Records for this exercise:
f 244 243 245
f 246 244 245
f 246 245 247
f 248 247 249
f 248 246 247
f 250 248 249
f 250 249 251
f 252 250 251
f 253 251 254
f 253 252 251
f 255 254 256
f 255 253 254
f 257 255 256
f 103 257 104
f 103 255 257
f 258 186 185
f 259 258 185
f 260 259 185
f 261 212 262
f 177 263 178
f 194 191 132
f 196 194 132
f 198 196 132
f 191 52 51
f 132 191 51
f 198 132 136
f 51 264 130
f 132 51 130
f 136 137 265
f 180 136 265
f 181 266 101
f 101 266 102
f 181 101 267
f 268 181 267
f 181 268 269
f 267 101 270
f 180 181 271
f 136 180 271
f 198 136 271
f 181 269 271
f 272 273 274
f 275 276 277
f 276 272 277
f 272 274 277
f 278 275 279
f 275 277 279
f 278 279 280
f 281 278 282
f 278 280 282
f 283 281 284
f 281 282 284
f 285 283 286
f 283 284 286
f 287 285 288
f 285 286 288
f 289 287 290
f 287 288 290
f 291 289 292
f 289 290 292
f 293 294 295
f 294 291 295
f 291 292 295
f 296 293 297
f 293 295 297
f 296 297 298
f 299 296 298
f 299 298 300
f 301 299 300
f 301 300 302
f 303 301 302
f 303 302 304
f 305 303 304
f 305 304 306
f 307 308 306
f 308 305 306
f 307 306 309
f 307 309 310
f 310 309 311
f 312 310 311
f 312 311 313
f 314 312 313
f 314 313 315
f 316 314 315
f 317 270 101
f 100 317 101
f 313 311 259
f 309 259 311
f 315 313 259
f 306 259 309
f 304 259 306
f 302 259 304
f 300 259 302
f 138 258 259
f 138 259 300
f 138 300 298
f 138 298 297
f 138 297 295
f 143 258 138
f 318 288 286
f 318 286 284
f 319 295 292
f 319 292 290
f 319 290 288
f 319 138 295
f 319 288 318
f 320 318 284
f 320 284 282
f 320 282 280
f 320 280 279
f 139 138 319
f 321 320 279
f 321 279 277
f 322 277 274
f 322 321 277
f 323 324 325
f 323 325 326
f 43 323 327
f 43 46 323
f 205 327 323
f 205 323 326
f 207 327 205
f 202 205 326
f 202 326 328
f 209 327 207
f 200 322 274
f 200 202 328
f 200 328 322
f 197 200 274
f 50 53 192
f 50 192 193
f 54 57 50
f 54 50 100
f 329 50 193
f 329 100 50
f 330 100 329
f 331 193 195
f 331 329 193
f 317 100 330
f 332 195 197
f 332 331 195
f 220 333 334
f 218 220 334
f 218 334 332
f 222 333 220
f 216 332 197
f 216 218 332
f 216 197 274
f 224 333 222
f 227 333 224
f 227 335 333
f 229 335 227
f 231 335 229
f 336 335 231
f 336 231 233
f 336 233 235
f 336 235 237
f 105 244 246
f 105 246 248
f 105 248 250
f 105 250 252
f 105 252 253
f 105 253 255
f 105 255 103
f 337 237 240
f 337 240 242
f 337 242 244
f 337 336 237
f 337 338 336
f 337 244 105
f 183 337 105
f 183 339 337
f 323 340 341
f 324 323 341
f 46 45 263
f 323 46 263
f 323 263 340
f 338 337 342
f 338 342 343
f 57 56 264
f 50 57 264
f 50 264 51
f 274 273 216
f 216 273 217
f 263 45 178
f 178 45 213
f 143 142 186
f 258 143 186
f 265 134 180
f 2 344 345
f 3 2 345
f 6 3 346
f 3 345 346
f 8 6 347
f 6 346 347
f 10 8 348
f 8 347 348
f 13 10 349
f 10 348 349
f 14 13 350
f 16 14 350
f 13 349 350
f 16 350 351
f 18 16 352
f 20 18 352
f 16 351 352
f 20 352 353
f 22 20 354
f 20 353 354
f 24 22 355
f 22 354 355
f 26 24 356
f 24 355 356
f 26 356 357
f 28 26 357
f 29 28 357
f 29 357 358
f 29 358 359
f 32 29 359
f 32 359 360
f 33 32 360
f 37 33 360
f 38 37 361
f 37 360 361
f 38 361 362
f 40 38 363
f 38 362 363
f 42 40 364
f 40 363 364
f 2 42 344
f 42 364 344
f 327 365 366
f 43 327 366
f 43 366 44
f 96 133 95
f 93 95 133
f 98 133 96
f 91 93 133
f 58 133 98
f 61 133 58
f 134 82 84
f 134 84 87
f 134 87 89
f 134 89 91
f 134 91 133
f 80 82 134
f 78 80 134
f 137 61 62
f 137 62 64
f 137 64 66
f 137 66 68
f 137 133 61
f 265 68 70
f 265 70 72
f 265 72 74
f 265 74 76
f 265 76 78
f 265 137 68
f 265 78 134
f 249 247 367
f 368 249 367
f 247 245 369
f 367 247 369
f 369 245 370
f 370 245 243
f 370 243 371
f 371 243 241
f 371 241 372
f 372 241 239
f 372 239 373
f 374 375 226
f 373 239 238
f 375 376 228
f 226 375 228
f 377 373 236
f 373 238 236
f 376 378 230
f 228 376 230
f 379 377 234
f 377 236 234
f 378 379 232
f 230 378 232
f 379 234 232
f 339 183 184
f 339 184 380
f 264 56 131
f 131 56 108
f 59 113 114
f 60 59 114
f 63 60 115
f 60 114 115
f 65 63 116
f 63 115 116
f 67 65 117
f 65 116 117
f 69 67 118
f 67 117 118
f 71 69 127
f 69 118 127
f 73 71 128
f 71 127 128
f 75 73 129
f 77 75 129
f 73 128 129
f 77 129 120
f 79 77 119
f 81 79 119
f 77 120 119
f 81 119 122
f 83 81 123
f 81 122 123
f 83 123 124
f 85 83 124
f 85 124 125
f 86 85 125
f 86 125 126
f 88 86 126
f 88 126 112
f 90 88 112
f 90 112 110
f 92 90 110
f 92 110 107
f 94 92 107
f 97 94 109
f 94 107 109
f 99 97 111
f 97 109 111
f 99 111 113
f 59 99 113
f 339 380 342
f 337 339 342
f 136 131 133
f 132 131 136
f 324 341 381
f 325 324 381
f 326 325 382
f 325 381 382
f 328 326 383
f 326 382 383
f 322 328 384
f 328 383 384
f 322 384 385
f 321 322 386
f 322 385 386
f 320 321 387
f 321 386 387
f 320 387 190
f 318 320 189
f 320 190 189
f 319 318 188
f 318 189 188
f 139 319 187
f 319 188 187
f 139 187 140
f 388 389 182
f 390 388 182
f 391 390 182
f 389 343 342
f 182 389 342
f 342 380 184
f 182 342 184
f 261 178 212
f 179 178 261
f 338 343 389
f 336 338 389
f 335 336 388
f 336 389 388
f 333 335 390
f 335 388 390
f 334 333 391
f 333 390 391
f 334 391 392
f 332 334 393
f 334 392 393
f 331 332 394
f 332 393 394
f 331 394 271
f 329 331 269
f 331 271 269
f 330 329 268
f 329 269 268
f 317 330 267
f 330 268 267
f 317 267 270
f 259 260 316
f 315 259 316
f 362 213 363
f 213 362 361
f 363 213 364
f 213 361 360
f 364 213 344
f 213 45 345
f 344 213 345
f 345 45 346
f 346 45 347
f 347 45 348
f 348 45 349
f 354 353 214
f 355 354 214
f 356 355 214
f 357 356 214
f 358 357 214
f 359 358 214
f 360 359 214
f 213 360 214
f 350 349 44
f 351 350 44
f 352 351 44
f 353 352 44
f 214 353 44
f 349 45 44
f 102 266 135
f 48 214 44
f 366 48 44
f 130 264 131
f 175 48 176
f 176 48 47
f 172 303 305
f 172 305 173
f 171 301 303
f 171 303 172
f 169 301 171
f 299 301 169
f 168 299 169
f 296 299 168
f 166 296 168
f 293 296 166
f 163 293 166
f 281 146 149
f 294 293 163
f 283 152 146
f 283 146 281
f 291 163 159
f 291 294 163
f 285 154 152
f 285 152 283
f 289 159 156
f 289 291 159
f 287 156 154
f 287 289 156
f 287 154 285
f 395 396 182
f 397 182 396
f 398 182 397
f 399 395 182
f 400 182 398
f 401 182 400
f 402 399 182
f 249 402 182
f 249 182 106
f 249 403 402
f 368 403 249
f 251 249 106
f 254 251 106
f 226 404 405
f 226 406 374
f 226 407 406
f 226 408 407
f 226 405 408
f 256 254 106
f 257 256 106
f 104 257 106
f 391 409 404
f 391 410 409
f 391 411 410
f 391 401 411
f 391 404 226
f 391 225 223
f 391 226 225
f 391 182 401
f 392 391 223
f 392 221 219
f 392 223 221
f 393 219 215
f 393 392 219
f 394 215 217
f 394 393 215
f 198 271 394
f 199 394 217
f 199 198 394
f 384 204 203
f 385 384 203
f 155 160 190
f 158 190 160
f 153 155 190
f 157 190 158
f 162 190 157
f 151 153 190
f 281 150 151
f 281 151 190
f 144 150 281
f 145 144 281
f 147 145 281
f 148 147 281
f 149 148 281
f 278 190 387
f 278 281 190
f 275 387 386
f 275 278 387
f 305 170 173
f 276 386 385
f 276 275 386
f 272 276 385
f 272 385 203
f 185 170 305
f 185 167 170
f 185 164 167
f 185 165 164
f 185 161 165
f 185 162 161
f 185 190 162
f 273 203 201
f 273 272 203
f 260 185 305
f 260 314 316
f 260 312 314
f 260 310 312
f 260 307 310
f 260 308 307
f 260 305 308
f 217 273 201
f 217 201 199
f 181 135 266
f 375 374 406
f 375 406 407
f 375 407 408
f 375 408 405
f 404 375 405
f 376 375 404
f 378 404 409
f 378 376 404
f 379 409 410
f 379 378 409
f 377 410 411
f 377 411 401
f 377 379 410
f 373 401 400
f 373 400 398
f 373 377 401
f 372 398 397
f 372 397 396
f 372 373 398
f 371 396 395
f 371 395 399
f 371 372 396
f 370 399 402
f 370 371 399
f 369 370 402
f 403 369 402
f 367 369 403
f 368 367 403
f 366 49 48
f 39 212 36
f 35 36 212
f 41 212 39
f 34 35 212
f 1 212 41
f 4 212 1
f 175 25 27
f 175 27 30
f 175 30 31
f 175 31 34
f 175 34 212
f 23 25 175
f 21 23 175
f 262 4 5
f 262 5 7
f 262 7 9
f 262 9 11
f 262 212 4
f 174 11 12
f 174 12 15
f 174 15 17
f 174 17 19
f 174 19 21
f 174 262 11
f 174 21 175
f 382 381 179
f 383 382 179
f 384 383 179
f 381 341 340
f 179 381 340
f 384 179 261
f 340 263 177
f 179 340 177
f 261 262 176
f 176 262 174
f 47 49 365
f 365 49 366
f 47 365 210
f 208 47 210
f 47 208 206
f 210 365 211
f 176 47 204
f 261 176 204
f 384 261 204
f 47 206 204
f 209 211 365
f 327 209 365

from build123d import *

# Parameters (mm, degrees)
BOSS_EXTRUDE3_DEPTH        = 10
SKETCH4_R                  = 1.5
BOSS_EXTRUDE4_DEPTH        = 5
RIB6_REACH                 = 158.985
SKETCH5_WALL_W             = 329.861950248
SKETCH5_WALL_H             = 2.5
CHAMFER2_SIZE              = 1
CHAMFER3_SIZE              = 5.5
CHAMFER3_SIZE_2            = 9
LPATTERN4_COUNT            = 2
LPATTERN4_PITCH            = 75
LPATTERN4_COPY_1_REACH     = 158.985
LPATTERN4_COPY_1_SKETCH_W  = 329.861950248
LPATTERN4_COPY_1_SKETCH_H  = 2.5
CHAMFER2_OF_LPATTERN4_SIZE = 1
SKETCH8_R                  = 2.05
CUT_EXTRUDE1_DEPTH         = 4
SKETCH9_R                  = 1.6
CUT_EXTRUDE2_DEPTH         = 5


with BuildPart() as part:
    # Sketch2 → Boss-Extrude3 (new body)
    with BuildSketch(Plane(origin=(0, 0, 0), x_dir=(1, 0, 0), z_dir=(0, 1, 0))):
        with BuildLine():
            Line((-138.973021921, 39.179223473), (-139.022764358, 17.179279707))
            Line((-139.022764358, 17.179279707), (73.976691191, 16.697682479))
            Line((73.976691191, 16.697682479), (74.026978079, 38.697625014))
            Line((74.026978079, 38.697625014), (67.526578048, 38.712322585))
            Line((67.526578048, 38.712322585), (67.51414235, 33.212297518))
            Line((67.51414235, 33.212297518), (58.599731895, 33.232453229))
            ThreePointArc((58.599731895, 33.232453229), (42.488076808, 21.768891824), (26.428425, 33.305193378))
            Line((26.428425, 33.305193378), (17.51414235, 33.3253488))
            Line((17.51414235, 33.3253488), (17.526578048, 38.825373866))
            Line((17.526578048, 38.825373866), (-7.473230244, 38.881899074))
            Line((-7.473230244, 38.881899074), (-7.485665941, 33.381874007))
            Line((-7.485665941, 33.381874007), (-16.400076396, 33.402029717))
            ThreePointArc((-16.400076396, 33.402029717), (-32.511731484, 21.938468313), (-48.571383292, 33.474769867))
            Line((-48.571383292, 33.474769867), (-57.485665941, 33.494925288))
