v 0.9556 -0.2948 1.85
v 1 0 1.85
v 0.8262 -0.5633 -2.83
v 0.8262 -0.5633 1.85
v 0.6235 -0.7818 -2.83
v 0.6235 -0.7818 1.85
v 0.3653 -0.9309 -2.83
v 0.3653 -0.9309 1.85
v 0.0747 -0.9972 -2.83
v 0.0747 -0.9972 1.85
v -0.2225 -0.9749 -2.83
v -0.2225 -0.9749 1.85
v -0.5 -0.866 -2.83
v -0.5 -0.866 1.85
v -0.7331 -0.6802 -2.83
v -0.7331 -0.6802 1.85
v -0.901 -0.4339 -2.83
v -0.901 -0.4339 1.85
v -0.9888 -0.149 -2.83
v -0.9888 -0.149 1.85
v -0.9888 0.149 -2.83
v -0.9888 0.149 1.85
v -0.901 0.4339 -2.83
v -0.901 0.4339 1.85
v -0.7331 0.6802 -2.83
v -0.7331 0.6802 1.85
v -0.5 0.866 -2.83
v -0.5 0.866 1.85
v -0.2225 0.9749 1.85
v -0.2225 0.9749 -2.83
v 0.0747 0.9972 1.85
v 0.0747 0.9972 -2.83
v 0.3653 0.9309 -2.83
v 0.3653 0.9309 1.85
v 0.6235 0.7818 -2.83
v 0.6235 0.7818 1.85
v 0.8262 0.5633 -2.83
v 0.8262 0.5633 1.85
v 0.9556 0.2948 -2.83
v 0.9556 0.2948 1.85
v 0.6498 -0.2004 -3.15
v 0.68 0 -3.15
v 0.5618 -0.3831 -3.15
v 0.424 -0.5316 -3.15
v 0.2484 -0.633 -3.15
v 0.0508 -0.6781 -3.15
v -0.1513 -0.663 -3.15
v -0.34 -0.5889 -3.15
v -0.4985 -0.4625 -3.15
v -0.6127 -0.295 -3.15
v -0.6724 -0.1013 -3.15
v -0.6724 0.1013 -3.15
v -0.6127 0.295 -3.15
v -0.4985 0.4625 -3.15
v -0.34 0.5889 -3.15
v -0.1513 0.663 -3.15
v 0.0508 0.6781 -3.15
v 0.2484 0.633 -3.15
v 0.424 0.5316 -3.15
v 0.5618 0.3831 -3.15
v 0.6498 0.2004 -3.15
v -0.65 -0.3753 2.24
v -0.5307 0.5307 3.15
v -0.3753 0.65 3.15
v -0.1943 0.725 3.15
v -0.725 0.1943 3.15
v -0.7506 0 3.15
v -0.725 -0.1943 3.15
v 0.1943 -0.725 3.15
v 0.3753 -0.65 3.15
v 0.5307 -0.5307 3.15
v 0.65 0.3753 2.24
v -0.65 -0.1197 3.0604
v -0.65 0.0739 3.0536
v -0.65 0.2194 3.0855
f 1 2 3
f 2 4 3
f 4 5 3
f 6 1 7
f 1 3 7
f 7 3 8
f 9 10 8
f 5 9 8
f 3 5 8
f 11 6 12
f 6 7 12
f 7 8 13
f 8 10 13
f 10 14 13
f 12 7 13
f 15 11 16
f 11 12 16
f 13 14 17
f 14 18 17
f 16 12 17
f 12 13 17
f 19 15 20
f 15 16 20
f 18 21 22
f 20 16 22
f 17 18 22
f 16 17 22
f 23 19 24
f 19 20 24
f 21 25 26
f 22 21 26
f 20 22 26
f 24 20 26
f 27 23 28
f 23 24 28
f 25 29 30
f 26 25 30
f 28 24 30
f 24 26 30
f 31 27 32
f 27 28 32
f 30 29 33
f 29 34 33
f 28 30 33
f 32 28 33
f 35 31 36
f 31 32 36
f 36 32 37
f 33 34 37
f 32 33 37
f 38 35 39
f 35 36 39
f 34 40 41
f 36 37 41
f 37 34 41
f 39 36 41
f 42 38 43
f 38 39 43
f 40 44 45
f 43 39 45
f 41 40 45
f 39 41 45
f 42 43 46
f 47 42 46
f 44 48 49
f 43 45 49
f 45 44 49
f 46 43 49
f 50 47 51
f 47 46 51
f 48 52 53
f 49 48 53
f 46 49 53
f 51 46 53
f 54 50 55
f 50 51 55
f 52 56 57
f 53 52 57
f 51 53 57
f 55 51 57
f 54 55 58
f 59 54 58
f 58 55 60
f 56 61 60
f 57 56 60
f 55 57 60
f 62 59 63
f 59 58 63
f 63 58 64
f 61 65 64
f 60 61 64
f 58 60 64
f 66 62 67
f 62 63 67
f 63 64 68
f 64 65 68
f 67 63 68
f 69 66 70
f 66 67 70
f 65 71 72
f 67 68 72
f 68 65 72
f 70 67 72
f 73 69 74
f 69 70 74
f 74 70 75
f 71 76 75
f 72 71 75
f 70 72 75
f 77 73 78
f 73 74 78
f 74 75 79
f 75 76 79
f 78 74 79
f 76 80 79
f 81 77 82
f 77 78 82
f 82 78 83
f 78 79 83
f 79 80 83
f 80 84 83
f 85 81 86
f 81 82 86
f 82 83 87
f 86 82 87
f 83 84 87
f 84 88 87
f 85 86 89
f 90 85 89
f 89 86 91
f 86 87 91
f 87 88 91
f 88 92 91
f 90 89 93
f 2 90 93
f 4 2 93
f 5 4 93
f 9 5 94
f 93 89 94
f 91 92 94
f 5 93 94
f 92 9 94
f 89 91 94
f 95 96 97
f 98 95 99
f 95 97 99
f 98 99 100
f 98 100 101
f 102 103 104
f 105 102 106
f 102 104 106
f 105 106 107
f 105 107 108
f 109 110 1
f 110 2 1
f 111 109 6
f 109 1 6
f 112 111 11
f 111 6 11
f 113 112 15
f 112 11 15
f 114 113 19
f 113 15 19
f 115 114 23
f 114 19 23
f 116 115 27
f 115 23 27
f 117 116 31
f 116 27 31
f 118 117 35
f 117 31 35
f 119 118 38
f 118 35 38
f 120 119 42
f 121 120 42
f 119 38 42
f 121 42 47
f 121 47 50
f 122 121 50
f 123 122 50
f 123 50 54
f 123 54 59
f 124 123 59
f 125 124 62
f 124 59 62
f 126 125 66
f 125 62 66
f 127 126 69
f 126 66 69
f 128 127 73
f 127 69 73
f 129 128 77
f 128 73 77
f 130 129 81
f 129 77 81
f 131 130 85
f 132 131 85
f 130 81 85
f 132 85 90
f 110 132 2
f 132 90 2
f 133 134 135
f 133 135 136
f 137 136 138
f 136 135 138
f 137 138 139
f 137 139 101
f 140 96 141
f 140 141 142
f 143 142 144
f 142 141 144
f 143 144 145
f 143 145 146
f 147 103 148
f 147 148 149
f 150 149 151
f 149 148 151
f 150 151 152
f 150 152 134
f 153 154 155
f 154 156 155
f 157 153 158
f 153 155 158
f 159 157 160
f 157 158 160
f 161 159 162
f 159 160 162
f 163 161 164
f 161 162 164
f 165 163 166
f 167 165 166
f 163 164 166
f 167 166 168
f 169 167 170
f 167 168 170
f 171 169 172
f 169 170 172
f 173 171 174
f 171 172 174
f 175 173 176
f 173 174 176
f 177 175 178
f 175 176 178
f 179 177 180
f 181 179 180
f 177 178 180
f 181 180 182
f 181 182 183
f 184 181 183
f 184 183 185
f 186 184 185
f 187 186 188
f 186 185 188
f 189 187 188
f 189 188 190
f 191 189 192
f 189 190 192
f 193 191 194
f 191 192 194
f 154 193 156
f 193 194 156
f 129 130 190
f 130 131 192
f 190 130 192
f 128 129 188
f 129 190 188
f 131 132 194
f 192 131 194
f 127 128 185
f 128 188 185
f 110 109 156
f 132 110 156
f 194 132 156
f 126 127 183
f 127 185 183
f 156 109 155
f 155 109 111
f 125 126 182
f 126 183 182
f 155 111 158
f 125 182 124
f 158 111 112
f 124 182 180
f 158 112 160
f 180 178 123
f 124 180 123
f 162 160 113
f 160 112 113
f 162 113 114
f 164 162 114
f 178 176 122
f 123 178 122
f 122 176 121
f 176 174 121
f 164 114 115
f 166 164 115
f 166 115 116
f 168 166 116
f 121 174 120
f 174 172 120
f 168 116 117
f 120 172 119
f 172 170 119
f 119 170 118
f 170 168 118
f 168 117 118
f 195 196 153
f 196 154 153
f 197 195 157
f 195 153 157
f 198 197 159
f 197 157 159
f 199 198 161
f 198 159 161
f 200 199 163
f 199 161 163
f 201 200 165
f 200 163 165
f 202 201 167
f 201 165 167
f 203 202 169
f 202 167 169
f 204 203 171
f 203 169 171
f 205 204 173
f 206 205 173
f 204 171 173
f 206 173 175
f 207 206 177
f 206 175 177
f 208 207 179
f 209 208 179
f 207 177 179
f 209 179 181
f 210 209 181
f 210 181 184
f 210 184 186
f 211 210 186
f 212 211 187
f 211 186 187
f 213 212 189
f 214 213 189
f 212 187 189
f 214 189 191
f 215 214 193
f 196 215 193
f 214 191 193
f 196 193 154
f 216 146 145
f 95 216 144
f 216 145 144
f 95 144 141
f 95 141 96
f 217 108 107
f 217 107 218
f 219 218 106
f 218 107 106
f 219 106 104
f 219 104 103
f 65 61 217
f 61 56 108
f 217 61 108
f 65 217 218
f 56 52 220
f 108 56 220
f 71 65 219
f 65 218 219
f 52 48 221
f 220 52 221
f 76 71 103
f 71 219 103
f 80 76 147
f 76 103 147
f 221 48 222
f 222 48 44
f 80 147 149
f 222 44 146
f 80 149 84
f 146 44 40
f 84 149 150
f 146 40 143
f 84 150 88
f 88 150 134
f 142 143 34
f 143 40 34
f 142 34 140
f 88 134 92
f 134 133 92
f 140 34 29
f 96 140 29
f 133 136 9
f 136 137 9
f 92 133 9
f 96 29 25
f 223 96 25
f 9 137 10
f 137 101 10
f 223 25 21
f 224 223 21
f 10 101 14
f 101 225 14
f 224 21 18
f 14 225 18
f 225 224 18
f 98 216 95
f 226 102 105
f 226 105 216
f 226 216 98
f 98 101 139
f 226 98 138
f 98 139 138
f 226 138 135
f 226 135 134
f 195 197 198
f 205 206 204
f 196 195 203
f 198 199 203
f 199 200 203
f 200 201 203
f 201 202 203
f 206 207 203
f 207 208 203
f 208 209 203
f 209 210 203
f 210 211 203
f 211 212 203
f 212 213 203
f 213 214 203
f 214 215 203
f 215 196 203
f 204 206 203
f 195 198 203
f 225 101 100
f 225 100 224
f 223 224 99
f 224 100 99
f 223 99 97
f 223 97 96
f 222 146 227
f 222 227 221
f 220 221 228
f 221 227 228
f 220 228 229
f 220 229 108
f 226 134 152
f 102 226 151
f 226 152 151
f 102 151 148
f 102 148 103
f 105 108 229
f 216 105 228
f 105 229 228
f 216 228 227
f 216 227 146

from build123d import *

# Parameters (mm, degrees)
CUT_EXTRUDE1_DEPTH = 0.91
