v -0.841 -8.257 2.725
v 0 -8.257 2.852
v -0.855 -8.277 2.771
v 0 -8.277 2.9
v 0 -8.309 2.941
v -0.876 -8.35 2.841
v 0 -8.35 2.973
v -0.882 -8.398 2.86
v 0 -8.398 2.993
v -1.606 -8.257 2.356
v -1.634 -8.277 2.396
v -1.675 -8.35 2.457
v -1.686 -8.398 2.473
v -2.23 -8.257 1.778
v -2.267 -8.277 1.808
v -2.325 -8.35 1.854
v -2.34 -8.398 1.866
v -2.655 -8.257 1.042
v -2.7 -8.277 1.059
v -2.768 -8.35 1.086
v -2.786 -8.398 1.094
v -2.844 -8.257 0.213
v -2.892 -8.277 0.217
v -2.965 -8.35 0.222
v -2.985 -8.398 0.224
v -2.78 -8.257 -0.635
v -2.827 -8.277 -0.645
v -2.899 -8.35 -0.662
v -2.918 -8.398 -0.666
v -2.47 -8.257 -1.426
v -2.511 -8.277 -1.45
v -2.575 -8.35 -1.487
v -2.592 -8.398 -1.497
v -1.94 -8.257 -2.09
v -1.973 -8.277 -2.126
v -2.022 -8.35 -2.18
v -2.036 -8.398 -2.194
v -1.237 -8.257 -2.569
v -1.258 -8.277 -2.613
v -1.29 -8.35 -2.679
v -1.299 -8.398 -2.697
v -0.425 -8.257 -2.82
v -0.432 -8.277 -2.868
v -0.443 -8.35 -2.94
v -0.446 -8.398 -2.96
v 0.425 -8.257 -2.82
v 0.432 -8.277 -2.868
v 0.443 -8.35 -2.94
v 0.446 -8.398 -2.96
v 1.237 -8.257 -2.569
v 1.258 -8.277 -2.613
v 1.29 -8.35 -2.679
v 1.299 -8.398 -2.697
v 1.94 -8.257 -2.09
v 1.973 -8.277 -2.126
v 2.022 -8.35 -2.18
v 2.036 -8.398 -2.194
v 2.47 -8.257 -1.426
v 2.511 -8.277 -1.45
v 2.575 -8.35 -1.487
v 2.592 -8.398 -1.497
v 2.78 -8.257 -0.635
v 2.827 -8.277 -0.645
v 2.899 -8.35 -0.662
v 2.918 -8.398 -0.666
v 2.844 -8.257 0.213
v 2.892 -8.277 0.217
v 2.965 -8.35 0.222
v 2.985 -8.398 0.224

About this task: Give again, exactly as written, the lines running from the first line of the data above through the line that contains "f 309 259 311".

Output of the exercise:
f 244 243 245
f 246 244 245
f 246 245 247
f 248 247 249
f 248 246 247
f 250 248 249
f 250 249 251
f 252 250 251
f 253 251 254
f 253 252 251
f 255 254 256
f 255 253 254
f 257 255 256
f 103 257 104
f 103 255 257
f 258 186 185
f 259 258 185
f 260 259 185
f 261 212 262
f 177 263 178
f 194 191 132
f 196 194 132
f 198 196 132
f 191 52 51
f 132 191 51
f 198 132 136
f 51 264 130
f 132 51 130
f 136 137 265
f 180 136 265
f 181 266 101
f 101 266 102
f 181 101 267
f 268 181 267
f 181 268 269
f 267 101 270
f 180 181 271
f 136 180 271
f 198 136 271
f 181 269 271
f 272 273 274
f 275 276 277
f 276 272 277
f 272 274 277
f 278 275 279
f 275 277 279
f 278 279 280
f 281 278 282
f 278 280 282
f 283 281 284
f 281 282 284
f 285 283 286
f 283 284 286
f 287 285 288
f 285 286 288
f 289 287 290
f 287 288 290
f 291 289 292
f 289 290 292
f 293 294 295
f 294 291 295
f 291 292 295
f 296 293 297
f 293 295 297
f 296 297 298
f 299 296 298
f 299 298 300
f 301 299 300
f 301 300 302
f 303 301 302
f 303 302 304
f 305 303 304
f 305 304 306
f 307 308 306
f 308 305 306
f 307 306 309
f 307 309 310
f 310 309 311
f 312 310 311
f 312 311 313
f 314 312 313
f 314 313 315
f 316 314 315
f 317 270 101
f 100 317 101
f 313 311 259
f 309 259 311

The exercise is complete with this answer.